A partir del 2500 a.C.
toda la Europa
central, oriental y balcánica sufre las incursiones de loa pueblos del Norte.
La cultura de las ánforas globulares, la de la cerámica cordada, partiendo de
sus sedes en la llanura germánica, hacen irrupción con sus hachas-martillo en
las pacíficas comunidades de la
Madre, transformando el cuadro antropológico hasta Grecia y
Ucrania.
Es
significativo que estra irrupción se asocie con la aparición de símbolos
solares. Nace la esvástica – el ejemplar más antiguo está en una cerámica de la
cultura de las ánforas globulares hallada en Polonia- nacen la cruz con radios,
el círculo inscrito en un cuadrado, el disco punteado y el disco
radiante.
Es
toda una vasta gama simbólica que encuentra su apogeo en Troya, ciudad de
frontera entre Europa y Asia que marca el paso de las estirpes indoeuropeas en
Asia Menor.
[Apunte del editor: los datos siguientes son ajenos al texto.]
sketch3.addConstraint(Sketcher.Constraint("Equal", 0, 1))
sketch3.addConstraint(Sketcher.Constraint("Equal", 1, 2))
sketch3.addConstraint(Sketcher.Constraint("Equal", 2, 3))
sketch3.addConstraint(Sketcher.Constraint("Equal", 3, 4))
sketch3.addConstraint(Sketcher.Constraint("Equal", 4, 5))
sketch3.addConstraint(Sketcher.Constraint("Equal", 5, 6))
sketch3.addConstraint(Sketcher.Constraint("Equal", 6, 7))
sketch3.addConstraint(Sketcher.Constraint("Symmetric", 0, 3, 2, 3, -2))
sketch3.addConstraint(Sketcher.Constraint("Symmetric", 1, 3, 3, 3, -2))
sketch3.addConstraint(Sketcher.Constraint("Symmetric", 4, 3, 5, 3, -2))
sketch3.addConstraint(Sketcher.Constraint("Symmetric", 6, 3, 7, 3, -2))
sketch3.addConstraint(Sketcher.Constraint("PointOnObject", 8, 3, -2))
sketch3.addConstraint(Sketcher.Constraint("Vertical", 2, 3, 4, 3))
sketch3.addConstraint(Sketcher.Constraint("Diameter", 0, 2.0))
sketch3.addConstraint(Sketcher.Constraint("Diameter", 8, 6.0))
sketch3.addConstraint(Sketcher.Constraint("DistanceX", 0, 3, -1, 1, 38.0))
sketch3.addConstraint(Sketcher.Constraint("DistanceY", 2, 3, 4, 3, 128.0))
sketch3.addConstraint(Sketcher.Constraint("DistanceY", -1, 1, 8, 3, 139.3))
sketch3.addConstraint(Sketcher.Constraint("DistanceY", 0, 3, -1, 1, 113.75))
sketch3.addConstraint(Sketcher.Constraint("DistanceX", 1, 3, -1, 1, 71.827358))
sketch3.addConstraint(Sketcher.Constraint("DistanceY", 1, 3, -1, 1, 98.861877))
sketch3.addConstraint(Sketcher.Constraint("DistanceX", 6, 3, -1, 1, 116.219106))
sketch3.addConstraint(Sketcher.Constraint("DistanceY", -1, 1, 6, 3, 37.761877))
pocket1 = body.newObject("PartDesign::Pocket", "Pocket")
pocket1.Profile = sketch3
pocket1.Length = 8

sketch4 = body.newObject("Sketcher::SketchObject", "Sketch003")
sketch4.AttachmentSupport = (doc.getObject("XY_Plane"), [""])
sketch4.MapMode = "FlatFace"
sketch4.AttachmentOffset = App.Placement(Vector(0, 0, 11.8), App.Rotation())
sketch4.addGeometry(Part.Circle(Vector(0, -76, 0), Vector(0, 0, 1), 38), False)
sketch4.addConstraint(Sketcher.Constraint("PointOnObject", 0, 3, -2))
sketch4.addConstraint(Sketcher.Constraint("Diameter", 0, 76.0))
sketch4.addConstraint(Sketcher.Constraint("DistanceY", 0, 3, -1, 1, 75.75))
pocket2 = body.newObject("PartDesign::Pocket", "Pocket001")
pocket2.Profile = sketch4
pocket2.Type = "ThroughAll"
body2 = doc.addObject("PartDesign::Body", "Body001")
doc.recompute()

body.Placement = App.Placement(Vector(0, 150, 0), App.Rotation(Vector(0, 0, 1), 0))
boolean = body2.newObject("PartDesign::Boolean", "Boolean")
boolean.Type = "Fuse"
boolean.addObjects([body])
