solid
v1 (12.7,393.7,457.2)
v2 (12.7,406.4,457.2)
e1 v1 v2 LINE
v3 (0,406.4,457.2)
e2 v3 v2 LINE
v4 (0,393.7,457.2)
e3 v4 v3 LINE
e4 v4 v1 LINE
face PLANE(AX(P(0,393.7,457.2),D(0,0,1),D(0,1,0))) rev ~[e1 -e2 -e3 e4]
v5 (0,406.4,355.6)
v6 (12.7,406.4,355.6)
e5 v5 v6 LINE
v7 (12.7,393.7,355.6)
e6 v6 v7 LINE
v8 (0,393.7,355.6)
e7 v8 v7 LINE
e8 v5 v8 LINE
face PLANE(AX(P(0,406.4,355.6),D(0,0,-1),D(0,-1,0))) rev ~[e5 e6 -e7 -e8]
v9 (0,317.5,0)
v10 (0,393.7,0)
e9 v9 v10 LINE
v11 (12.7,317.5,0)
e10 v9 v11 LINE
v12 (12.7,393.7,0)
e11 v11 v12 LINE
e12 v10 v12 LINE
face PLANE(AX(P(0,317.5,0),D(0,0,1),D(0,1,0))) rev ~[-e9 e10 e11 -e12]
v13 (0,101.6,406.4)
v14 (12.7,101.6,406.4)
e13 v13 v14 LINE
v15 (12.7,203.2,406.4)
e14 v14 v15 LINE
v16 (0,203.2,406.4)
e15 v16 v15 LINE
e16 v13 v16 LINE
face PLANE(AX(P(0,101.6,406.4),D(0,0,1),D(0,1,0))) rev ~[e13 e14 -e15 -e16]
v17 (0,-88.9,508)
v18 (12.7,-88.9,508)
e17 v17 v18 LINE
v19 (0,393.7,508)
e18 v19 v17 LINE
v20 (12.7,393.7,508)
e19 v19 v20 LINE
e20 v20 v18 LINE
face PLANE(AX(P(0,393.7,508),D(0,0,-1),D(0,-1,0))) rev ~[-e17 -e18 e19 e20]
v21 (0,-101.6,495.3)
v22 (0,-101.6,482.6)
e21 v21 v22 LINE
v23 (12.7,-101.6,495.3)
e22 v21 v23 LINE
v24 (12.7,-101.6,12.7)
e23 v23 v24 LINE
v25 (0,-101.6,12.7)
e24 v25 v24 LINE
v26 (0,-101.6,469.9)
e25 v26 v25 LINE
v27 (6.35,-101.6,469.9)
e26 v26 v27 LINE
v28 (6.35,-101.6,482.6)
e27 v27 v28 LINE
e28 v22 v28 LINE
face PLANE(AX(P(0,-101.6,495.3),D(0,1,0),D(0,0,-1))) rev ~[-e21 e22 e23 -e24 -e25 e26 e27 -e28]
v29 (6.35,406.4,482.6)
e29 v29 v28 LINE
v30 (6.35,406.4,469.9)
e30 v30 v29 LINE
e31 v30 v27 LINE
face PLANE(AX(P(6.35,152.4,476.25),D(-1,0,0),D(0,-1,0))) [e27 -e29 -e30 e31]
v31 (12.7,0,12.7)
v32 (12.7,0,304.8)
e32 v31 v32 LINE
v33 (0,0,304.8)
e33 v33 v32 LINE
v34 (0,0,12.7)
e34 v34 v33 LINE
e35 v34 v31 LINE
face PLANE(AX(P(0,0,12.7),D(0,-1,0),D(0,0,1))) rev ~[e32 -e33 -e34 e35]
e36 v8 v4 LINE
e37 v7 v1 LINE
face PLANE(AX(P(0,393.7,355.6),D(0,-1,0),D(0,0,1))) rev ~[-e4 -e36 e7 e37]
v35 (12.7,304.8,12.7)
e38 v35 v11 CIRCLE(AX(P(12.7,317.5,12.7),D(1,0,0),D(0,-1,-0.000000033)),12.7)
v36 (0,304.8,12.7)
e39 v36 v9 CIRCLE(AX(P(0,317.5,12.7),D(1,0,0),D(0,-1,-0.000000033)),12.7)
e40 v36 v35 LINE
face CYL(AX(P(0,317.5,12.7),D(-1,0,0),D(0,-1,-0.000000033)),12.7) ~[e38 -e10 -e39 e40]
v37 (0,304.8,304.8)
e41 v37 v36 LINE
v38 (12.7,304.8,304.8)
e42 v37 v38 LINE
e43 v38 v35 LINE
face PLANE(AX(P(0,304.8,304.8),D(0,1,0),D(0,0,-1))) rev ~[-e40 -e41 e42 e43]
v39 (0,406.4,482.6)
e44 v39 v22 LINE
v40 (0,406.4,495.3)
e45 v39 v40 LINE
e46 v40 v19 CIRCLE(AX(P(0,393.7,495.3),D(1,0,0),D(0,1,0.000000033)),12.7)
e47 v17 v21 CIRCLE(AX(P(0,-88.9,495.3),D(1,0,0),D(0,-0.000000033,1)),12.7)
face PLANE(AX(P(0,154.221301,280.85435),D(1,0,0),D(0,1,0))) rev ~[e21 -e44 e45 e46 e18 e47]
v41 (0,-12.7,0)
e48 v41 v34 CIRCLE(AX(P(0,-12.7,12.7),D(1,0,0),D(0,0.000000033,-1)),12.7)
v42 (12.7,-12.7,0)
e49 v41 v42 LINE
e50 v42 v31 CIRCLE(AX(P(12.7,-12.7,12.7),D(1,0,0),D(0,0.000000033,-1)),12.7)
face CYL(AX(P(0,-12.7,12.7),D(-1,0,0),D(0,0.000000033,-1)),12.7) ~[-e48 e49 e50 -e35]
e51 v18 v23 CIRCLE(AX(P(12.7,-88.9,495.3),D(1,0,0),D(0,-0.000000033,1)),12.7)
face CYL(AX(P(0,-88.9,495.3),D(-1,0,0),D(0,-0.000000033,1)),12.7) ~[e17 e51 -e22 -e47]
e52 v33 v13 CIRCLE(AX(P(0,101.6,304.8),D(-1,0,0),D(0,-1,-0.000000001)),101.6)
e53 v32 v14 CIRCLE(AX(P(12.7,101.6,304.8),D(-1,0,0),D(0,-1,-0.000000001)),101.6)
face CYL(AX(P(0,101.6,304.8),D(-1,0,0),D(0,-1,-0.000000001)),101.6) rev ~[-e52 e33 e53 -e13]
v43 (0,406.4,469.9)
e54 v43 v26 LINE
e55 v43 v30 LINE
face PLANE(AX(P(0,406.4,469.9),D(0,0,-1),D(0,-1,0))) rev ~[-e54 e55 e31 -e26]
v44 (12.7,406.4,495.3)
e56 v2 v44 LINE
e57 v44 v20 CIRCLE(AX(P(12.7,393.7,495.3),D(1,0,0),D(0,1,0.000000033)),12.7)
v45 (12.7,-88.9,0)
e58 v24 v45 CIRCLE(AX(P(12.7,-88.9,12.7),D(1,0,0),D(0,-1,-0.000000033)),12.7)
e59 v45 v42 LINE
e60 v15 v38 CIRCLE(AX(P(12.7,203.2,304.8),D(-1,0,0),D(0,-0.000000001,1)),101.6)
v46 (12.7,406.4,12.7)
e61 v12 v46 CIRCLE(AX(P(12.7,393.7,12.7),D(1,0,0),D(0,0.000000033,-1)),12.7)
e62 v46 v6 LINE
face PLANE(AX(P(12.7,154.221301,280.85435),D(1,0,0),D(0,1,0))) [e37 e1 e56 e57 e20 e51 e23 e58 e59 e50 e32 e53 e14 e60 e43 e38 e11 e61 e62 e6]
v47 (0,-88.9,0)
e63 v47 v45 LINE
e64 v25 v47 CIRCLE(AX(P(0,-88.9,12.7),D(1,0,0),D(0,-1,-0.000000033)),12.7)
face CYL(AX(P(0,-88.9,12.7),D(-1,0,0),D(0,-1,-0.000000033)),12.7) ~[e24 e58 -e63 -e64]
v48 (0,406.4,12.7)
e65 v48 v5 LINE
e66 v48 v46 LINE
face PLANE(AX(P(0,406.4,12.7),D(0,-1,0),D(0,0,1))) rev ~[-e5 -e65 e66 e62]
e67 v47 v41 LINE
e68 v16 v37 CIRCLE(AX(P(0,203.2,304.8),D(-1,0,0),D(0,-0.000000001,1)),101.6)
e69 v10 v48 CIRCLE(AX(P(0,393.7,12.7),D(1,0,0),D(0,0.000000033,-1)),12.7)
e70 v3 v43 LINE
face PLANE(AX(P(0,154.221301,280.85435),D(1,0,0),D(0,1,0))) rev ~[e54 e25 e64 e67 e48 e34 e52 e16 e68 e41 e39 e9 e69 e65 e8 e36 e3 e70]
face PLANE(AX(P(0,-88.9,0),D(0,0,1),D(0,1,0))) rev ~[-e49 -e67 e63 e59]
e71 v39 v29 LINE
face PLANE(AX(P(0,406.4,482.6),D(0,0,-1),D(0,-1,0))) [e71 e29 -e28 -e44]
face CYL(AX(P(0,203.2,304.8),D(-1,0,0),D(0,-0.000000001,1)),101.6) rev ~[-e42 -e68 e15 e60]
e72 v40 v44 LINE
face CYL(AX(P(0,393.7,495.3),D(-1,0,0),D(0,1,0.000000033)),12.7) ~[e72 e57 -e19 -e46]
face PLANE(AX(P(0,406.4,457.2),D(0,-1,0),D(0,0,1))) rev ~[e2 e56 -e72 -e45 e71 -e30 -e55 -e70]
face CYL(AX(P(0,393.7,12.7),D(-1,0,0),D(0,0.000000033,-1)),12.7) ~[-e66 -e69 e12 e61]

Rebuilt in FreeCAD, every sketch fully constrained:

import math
import FreeCAD as App
import Part
import Sketcher

V = App.Vector
Q = App.Units.Quantity

doc = App.newDocument("Part")
body = doc.addObject("PartDesign::Body", "Body")

# Sketch on YZ plane
sketch1 = body.newObject("Sketcher::SketchObject", "Sketch")
sketch1.AttachmentSupport = (doc.getObject("YZ_Plane"), [""])
sketch1.MapMode = "FlatFace"
sketch1.addGeometry([
    Part.ArcOfCircle(Part.Circle(V(-89, 13, 0), V(0, 0, 1), 13), math.radians(-180), math.radians(-90)),  # 0
    Part.LineSegment(V(-89, 0, 0), V(-13, 0, 0)),  # 1
    Part.ArcOfCircle(Part.Circle(V(-13, 13, 0), V(0, 0, 1), 13), math.radians(-90), math.radians(0)),  # 2
    Part.LineSegment(V(0, 13, 0), V(0, 305, 0)),  # 3
    Part.ArcOfCircle(Part.Circle(V(102, 305, 0), V(0, 0, 1), 102), math.radians(90), math.radians(180)),  # 4
    Part.LineSegment(V(102, 406, 0), V(203, 406, 0)),  # 5
    Part.ArcOfCircle(Part.Circle(V(203, 305, 0), V(0, 0, 1), 102), math.radians(0), math.radians(90)),  # 6
    Part.LineSegment(V(305, 305, 0), V(305, 13, 0)),  # 7
    Part.ArcOfCircle(Part.Circle(V(318, 13, 0), V(0, 0, 1), 13), math.radians(-180), math.radians(-90)),  # 8
    Part.LineSegment(V(318, 0, 0), V(394, 0, 0)),  # 9
    Part.ArcOfCircle(Part.Circle(V(394, 13, 0), V(0, 0, 1), 13), math.radians(-90), math.radians(0)),  # 10
    Part.LineSegment(V(406, 13, 0), V(406, 356, 0)),  # 11
    Part.LineSegment(V(406, 356, 0), V(394, 356, 0)),  # 12
    Part.LineSegment(V(394, 356, 0), V(394, 457, 0)),  # 13
    Part.LineSegment(V(394, 457, 0), V(406, 457, 0)),  # 14
    Part.LineSegment(V(406, 457, 0), V(406, 495, 0)),  # 15
    Part.ArcOfCircle(Part.Circle(V(394, 495, 0), V(0, 0, 1), 13), math.radians(0), math.radians(90)),  # 16
    Part.LineSegment(V(394, 508, 0), V(-89, 508, 0)),  # 17
    Part.ArcOfCircle(Part.Circle(V(-89, 495, 0), V(0, 0, 1), 13), math.radians(90), math.radians(180)),  # 18
    Part.LineSegment(V(-102, 495, 0), V(-102, 13, 0)),  # 19
], False)
sketch1.addConstraint([
    Sketcher.Constraint("Tangent", 0, 2, 1, 1),
    Sketcher.Constraint("Tangent", 1, 2, 2, 1),
    Sketcher.Constraint("Tangent", 2, 2, 3, 1),
    Sketcher.Constraint("Tangent", 3, 2, 4, 2),
    Sketcher.Constraint("Tangent", 4, 1, 5, 1),
    Sketcher.Constraint("Tangent", 5, 2, 6, 2),
    Sketcher.Constraint("Tangent", 6, 1, 7, 1),
    Sketcher.Constraint("Tangent", 7, 2, 8, 1),
    Sketcher.Constraint("Tangent", 8, 2, 9, 1),
    Sketcher.Constraint("Tangent", 9, 2, 10, 1),
    Sketcher.Constraint("Tangent", 10, 2, 11, 1),
    Sketcher.Constraint("Coincident", 11, 2, 12, 1),
    Sketcher.Constraint("Coincident", 12, 2, 13, 1),
    Sketcher.Constraint("Coincident", 13, 2, 14, 1),
    Sketcher.Constraint("Coincident", 14, 2, 15, 1),
    Sketcher.Constraint("Tangent", 15, 2, 16, 1),
    Sketcher.Constraint("Tangent", 16, 2, 17, 1),
    Sketcher.Constraint("Tangent", 17, 2, 18, 1),
    Sketcher.Constraint("Tangent", 18, 2, 19, 1),
    Sketcher.Constraint("Tangent", 19, 2, 0, 1),
    Sketcher.Constraint("Horizontal", 1),
    Sketcher.Constraint("Vertical", 3),
    Sketcher.Constraint("Horizontal", 5),
    Sketcher.Constraint("Vertical", 7),
    Sketcher.Constraint("Horizontal", 9),
    Sketcher.Constraint("Vertical", 11),
    Sketcher.Constraint("Horizontal", 12),
    Sketcher.Constraint("Vertical", 13),
    Sketcher.Constraint("Horizontal", 14),
    Sketcher.Constraint("Vertical", 15),
    Sketcher.Constraint("Horizontal", 17),
    Sketcher.Constraint("Vertical", 19),
    Sketcher.Constraint("Equal", 0, 2),
    Sketcher.Constraint("Equal", 4, 6),
    Sketcher.Constraint("Equal", 2, 8),
    Sketcher.Constraint("Equal", 8, 10),
    Sketcher.Constraint("Equal", 10, 16),
    Sketcher.Constraint("Equal", 16, 18),
    Sketcher.Constraint("PointOnObject", 0, 2, -1),
    Sketcher.Constraint("PointOnObject", 2, 2, -2),
    Sketcher.Constraint("PointOnObject", 8, 2, -1),
    Sketcher.Constraint("Vertical", 10, 3, 16, 3),
    Sketcher.Constraint("Vertical", 9, 2, 12, 2),
    Sketcher.Constraint("Equal", 1, 9),
    Sketcher.Constraint("Equal", 5, 13),
    Sketcher.Constraint("Equal", 17, 19),
    Sketcher.Constraint("Radius", 4, Q("4 in")),
    Sketcher.Constraint("Radius", 0, Q("0.5 in")),
    Sketcher.Constraint("DistanceX", 1, 1, 1, 2, Q("3 in")),
    Sketcher.Constraint("DistanceX", 5, 1, 5, 2, Q("4 in")),
    Sketcher.Constraint("DistanceY", 3, 1, 3, 2, Q("11.5 in")),
    Sketcher.Constraint("DistanceY", 11, 1, 11, 2, Q("13.5 in")),
])
pad1 = body.newObject("PartDesign::Pad", "Pad")
pad1.Profile = sketch1
pad1.Length = Q("0.5 in")

# Sketch on YZ plane
sketch2 = body.newObject("Sketcher::SketchObject", "Sketch001")
sketch2.AttachmentSupport = (doc.getObject("YZ_Plane"), [""])
sketch2.MapMode = "FlatFace"
sketch2.addGeometry([
    Part.LineSegment(V(406, 483, 0), V(406, 470, 0)),
    Part.LineSegment(V(406, 470, 0), V(-102, 470, 0)),
    Part.LineSegment(V(-102, 470, 0), V(-102, 483, 0)),
    Part.LineSegment(V(-102, 483, 0), V(406, 483, 0)),
], False)
sketch2.addConstraint([
    Sketcher.Constraint("Coincident", 0, 2, 1, 1),
    Sketcher.Constraint("Coincident", 1, 2, 2, 1),
    Sketcher.Constraint("Coincident", 2, 2, 3, 1),
    Sketcher.Constraint("Coincident", 3, 2, 0, 1),
    Sketcher.Constraint("Vertical", 0),
    Sketcher.Constraint("Horizontal", 1),
    Sketcher.Constraint("Vertical", 2),
    Sketcher.Constraint("Horizontal", 3),
    Sketcher.Constraint("DistanceX", 1, 2, 1, 1, Q("20 in")),
    Sketcher.Constraint("DistanceY", 0, 2, 0, 1, Q("0.5 in")),
    Sketcher.Constraint("DistanceX", -1, 1, 0, 2, Q("16 in")),
    Sketcher.Constraint("DistanceY", -1, 1, 2, 2, Q("19 in")),
])
pocket1 = body.newObject("PartDesign::Pocket", "Pocket")
pocket1.Profile = sketch2
pocket1.Length = Q("0.25 in")
pocket1.Reversed = True

doc.recompute()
La esvástica –el primordial símbolo de la generación y la resurrección
de la luz- está asociada a la primera aparición de los pueblos indoeuropeos en
el corazón del tercer milenio, y sólo mil quinientos años después alcanzará
India y China.
En
el corazón de Anatolia, las tumbas de Alaja Huyük –que preludian los futuros
esplendores del reino hitita- nos muestran, junto a los broches con cabeza de martillo de los
bárbaros del Norte, los estandartes adornados con esvásticas y otros símbolos
solares. Uno de estos estandartes nos muestra un gran ciervo en medio de dos
toros más pequeños. Asistimos aquí a la vuelta del revés del simbolismo
telúrico, meridional, materno.
Al toro –símbolo de la ciega fuerza generadora, asociado a
la idea de fecundidad, toscamente representado junto a la Diosa Desnuda en las más
antiguas culturas agrícolas europeas- se contrapone el ciervo, el animal de los
cazadores del Norte, asociado en el Edda al simbolismo del sol y de la luz.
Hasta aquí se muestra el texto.